Top of EXTRACTED MATERIAL

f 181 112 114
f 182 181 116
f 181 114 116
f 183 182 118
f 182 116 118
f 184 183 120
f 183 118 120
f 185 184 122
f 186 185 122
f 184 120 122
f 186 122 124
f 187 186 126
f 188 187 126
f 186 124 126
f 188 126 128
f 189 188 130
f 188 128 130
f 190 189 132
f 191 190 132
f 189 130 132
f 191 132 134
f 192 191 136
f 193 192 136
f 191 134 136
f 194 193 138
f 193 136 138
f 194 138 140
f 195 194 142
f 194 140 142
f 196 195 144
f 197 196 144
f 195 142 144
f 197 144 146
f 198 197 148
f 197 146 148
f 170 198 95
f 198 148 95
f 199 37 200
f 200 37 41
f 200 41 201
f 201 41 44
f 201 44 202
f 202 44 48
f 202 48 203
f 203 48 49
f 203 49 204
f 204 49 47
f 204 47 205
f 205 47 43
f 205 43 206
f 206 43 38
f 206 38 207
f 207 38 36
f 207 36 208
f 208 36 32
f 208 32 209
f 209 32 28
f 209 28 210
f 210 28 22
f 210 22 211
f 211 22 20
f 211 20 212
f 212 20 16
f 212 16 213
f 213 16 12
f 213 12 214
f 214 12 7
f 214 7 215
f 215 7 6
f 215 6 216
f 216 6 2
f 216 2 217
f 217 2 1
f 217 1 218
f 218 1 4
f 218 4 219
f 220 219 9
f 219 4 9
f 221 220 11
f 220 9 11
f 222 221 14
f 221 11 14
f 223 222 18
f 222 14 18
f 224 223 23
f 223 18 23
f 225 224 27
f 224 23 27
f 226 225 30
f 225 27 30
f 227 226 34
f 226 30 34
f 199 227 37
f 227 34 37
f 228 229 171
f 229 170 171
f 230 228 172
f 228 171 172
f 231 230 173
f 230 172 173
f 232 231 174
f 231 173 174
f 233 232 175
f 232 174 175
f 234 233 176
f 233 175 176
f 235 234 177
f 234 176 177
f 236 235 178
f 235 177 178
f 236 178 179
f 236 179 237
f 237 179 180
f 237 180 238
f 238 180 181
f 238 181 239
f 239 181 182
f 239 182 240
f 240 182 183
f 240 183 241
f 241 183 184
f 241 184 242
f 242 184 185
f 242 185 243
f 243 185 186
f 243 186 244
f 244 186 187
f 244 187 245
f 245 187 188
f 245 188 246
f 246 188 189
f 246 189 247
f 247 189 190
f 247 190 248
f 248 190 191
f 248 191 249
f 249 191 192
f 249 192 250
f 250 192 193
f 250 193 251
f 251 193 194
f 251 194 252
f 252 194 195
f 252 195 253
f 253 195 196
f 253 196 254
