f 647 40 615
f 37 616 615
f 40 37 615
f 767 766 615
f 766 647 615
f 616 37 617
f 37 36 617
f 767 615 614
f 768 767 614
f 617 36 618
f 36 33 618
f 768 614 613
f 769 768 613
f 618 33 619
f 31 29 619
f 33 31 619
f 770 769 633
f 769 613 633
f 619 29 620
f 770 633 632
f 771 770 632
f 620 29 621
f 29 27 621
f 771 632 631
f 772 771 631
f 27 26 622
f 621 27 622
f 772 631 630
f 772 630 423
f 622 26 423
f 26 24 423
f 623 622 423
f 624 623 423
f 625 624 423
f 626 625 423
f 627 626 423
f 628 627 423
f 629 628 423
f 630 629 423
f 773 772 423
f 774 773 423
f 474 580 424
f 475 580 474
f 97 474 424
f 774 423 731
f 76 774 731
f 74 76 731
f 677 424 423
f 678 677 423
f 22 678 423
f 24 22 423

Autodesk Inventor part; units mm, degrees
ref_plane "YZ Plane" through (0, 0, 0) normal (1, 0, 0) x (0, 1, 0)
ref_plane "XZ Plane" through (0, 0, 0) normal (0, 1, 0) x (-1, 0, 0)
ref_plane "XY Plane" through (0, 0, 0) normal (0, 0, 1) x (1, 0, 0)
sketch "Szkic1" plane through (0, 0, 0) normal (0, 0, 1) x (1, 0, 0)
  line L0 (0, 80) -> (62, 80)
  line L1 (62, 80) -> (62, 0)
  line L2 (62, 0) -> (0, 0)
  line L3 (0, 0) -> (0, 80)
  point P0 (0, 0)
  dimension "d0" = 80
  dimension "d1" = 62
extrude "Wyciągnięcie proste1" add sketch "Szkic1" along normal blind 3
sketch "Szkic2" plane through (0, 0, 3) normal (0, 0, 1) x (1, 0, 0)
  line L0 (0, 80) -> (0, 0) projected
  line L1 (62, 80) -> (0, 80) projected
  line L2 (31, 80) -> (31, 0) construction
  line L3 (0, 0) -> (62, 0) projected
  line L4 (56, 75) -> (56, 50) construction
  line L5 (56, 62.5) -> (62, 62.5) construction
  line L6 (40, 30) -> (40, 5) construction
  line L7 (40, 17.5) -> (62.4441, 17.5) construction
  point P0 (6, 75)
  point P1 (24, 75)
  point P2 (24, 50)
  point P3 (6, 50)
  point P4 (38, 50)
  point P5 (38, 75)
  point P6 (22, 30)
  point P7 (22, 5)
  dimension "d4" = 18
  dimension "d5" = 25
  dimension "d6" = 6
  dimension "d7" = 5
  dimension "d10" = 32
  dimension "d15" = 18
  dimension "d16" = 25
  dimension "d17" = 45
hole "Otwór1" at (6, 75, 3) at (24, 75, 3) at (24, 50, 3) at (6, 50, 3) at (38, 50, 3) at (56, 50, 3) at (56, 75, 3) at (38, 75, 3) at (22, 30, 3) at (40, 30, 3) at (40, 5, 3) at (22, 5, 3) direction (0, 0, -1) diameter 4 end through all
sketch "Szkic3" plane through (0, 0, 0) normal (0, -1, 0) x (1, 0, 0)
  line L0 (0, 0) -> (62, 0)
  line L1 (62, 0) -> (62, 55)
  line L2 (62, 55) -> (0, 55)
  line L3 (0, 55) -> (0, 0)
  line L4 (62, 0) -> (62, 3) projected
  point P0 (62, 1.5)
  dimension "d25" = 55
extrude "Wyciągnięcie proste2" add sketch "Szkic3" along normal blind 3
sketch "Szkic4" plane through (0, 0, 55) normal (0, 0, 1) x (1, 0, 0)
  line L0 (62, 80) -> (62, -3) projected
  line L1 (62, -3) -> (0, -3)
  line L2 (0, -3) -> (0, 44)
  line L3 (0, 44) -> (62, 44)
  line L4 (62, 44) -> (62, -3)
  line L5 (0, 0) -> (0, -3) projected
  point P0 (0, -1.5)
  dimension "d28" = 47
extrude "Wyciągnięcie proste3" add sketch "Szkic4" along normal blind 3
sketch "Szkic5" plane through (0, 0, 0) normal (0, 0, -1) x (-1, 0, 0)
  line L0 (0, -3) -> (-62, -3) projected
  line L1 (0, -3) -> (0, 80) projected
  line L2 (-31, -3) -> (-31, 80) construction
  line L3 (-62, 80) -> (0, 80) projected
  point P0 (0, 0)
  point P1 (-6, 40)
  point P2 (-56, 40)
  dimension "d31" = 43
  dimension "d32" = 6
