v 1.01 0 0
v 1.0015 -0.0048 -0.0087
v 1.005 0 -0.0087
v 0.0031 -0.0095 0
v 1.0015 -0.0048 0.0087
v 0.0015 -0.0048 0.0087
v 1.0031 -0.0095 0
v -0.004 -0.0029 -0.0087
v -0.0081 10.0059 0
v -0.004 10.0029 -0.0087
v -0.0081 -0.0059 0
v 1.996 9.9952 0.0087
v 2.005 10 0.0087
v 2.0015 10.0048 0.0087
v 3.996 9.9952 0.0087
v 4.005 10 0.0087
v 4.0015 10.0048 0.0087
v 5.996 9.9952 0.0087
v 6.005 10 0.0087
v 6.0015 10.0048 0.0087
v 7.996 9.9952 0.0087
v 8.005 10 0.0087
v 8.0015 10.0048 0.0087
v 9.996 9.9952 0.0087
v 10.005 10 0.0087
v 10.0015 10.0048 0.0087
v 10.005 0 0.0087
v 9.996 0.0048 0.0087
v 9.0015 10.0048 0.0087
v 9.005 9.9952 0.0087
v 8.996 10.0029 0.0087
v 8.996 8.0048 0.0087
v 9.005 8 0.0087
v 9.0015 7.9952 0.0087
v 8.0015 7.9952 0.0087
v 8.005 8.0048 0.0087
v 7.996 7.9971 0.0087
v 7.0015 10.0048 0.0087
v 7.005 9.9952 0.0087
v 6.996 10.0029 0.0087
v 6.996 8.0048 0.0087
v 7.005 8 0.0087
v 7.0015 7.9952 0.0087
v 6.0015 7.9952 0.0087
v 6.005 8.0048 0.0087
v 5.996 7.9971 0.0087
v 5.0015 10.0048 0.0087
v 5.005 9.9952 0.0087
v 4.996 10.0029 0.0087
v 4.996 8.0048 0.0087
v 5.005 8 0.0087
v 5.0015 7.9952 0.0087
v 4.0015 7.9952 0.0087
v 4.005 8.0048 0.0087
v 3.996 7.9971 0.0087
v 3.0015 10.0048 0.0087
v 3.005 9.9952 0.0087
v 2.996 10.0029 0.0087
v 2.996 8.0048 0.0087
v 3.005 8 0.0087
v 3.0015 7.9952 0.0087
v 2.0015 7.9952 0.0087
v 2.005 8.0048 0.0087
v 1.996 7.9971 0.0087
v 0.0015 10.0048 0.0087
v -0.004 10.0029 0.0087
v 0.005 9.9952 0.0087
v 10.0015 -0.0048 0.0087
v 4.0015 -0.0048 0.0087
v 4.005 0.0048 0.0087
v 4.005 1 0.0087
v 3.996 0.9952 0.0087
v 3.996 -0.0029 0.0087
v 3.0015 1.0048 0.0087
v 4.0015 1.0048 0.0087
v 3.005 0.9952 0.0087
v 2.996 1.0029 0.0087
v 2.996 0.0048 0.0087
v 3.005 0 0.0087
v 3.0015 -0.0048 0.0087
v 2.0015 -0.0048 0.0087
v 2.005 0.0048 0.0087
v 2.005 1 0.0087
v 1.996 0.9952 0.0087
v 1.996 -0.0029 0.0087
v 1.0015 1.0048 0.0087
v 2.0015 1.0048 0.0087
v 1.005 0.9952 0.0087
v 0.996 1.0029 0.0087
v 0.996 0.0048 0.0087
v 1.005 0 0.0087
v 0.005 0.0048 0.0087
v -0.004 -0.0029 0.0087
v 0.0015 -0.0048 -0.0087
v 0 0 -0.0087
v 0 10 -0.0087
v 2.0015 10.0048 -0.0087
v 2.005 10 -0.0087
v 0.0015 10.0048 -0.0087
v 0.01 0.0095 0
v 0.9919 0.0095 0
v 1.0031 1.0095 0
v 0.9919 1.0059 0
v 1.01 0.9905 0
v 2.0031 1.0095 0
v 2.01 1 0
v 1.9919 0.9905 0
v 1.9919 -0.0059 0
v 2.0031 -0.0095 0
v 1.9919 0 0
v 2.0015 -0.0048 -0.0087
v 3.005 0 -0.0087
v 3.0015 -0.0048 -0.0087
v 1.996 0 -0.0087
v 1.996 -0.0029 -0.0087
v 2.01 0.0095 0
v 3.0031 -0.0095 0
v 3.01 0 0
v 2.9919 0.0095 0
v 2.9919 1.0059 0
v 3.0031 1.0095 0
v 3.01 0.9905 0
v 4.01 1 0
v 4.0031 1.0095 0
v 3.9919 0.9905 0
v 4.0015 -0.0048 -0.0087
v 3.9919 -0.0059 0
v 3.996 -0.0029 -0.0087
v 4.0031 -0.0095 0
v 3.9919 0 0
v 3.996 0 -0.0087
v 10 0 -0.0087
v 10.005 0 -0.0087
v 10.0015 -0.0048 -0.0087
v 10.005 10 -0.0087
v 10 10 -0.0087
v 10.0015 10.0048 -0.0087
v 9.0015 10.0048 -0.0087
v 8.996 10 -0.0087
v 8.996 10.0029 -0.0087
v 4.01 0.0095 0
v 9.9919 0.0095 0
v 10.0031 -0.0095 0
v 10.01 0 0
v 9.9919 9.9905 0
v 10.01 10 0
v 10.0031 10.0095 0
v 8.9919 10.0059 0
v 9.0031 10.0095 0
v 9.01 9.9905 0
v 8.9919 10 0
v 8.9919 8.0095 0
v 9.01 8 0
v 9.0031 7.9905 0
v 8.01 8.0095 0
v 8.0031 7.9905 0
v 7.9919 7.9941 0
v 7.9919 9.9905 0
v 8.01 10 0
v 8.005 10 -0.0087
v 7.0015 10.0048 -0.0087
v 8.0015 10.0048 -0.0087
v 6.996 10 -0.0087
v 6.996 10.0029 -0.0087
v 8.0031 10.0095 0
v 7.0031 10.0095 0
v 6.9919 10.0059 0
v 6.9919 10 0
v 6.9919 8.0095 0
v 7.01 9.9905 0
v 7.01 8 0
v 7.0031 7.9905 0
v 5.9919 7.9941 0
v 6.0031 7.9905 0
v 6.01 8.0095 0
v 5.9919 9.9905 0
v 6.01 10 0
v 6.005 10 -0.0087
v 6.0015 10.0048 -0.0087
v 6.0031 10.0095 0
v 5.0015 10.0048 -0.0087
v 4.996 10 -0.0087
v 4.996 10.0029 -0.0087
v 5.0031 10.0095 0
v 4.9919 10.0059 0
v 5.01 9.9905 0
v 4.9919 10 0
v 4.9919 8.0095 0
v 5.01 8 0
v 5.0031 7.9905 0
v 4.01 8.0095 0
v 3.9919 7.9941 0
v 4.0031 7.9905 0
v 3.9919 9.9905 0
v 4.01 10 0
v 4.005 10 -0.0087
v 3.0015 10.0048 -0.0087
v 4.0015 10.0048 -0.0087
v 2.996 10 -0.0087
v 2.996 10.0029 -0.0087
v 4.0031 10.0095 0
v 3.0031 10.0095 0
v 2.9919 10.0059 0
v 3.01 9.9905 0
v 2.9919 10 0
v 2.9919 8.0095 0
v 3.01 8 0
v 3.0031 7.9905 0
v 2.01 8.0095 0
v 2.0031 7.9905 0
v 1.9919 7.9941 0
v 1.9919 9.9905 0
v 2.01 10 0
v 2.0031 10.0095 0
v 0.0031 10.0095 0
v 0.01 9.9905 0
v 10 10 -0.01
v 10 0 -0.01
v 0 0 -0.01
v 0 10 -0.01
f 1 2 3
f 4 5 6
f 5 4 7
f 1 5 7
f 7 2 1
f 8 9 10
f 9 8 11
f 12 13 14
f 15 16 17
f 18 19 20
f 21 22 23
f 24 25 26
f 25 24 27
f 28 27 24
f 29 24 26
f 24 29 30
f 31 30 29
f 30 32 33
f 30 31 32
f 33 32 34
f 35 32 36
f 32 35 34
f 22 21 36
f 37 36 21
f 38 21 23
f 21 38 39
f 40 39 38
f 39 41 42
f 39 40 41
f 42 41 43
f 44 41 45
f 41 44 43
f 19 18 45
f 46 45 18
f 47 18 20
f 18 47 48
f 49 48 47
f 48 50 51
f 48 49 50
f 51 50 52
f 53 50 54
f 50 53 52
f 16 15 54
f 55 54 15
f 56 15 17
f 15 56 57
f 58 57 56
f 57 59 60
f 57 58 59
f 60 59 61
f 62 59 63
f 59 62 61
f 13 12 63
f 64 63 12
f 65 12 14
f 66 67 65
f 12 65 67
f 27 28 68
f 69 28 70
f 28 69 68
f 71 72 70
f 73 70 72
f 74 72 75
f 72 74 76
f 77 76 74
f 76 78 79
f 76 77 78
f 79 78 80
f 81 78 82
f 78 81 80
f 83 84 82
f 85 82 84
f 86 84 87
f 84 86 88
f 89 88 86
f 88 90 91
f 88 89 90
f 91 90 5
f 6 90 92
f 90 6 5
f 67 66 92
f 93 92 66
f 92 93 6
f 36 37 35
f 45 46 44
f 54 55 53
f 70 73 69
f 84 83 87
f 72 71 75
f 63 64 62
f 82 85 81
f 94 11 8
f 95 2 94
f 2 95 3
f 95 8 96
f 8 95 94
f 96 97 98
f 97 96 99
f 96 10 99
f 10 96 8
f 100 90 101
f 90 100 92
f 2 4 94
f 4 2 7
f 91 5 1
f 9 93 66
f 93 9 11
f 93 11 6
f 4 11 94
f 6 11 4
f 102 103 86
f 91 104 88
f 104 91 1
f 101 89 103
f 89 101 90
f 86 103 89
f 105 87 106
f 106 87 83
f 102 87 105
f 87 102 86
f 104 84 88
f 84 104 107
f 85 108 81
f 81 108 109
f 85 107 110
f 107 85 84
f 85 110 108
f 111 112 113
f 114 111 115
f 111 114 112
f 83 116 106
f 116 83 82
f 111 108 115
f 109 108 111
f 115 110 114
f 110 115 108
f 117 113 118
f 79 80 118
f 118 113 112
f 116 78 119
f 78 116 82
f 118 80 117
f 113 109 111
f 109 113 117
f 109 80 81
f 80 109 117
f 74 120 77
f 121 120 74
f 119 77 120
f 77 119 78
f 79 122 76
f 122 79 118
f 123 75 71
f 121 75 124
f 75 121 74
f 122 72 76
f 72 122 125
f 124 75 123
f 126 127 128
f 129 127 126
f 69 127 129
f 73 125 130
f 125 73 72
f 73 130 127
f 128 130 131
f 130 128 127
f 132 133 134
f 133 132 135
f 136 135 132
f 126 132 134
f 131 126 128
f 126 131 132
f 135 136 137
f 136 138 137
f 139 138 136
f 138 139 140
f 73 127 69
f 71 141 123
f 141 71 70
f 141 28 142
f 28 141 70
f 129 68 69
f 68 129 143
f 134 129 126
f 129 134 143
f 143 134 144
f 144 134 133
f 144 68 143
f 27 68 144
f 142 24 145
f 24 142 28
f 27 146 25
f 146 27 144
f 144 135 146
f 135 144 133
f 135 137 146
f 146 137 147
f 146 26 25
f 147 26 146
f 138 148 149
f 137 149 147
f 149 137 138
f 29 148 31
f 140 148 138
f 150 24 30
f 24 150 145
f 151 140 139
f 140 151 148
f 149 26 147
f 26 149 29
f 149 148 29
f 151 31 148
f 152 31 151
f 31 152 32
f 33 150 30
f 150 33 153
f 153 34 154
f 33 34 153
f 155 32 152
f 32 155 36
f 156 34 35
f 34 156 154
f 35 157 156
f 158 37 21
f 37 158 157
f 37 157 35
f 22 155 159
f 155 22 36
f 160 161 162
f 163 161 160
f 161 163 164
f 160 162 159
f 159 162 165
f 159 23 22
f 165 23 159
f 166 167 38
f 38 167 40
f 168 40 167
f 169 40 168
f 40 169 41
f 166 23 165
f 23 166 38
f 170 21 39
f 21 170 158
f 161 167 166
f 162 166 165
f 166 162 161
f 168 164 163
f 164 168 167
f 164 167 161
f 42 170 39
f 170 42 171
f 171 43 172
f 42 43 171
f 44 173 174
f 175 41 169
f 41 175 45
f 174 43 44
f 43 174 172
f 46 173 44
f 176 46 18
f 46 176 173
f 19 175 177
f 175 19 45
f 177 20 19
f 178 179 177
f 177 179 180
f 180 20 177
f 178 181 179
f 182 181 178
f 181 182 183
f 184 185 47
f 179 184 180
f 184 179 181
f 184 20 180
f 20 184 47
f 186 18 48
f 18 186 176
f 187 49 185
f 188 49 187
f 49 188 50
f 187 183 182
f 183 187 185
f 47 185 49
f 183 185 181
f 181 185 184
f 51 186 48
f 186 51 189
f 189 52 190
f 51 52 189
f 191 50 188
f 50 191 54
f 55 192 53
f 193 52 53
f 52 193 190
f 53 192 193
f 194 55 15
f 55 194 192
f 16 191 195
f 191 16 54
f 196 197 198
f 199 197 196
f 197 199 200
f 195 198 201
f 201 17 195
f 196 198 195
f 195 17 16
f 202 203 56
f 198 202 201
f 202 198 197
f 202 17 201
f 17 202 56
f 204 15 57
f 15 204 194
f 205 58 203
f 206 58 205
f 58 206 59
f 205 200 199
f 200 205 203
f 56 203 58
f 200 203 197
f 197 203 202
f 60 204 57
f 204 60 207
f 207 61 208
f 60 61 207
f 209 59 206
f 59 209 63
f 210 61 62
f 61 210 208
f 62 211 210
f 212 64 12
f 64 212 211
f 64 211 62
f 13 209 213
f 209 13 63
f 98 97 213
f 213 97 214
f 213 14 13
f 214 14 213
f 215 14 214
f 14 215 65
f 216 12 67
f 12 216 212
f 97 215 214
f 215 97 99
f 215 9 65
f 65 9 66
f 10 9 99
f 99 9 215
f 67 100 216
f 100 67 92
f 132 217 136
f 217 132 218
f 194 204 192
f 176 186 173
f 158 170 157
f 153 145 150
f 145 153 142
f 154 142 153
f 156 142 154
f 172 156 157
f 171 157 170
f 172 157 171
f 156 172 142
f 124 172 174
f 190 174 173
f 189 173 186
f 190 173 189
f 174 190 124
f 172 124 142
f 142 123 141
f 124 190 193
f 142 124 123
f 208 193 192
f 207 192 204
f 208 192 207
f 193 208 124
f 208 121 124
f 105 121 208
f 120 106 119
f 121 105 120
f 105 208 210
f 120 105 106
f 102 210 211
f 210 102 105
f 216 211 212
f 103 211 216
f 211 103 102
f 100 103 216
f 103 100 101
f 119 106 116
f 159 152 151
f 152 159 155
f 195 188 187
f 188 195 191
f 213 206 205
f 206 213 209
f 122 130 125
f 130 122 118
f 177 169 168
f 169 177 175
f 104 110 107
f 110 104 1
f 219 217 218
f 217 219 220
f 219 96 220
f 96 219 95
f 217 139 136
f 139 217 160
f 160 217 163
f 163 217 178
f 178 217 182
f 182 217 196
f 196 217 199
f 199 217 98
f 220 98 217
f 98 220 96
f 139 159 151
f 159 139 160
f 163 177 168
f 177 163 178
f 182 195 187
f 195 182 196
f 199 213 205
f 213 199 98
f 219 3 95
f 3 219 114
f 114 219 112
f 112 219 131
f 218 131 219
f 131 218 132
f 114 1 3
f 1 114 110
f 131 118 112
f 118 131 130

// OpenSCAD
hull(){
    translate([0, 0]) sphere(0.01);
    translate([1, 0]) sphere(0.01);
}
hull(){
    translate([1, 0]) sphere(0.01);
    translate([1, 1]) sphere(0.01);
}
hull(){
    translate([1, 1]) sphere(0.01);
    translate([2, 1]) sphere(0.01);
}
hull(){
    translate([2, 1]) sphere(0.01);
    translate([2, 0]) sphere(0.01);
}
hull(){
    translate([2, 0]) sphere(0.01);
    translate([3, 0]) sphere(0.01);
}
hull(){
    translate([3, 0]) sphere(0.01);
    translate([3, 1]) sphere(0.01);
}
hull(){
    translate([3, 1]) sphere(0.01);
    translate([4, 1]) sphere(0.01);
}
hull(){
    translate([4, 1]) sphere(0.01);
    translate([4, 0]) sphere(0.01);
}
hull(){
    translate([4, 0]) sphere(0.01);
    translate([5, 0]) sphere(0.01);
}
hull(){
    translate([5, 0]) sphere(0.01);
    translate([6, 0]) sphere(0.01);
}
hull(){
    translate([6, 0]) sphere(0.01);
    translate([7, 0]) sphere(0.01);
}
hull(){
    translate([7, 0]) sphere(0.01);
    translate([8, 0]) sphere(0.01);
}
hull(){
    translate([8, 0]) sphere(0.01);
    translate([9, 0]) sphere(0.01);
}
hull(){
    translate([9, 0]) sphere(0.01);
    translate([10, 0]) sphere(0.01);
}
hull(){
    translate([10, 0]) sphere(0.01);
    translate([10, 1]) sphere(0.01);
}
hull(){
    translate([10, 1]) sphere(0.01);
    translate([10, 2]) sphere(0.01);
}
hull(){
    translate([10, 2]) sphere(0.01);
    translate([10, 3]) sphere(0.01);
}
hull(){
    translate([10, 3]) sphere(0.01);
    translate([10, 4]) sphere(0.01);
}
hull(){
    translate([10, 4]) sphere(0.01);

Bottom of EXTRACTED MATERIAL

#### EXERCISE DETAILS
Using the records above, set down exactly the lines from the one with "v 4.01 0.0095 0" through the one with "v 8.005 10 -0.0087", inclusive, and nothing more.

#### ANSWER TO THE PROBLEM
v 4.01 0.0095 0
v 9.9919 0.0095 0
v 10.0031 -0.0095 0
v 10.01 0 0
v 9.9919 9.9905 0
v 10.01 10 0
v 10.0031 10.0095 0
v 8.9919 10.0059 0
v 9.0031 10.0095 0
v 9.01 9.9905 0
v 8.9919 10 0
v 8.9919 8.0095 0
v 9.01 8 0
v 9.0031 7.9905 0
v 8.01 8.0095 0
v 8.0031 7.9905 0
v 7.9919 7.9941 0
v 7.9919 9.9905 0
v 8.01 10 0
v 8.005 10 -0.0087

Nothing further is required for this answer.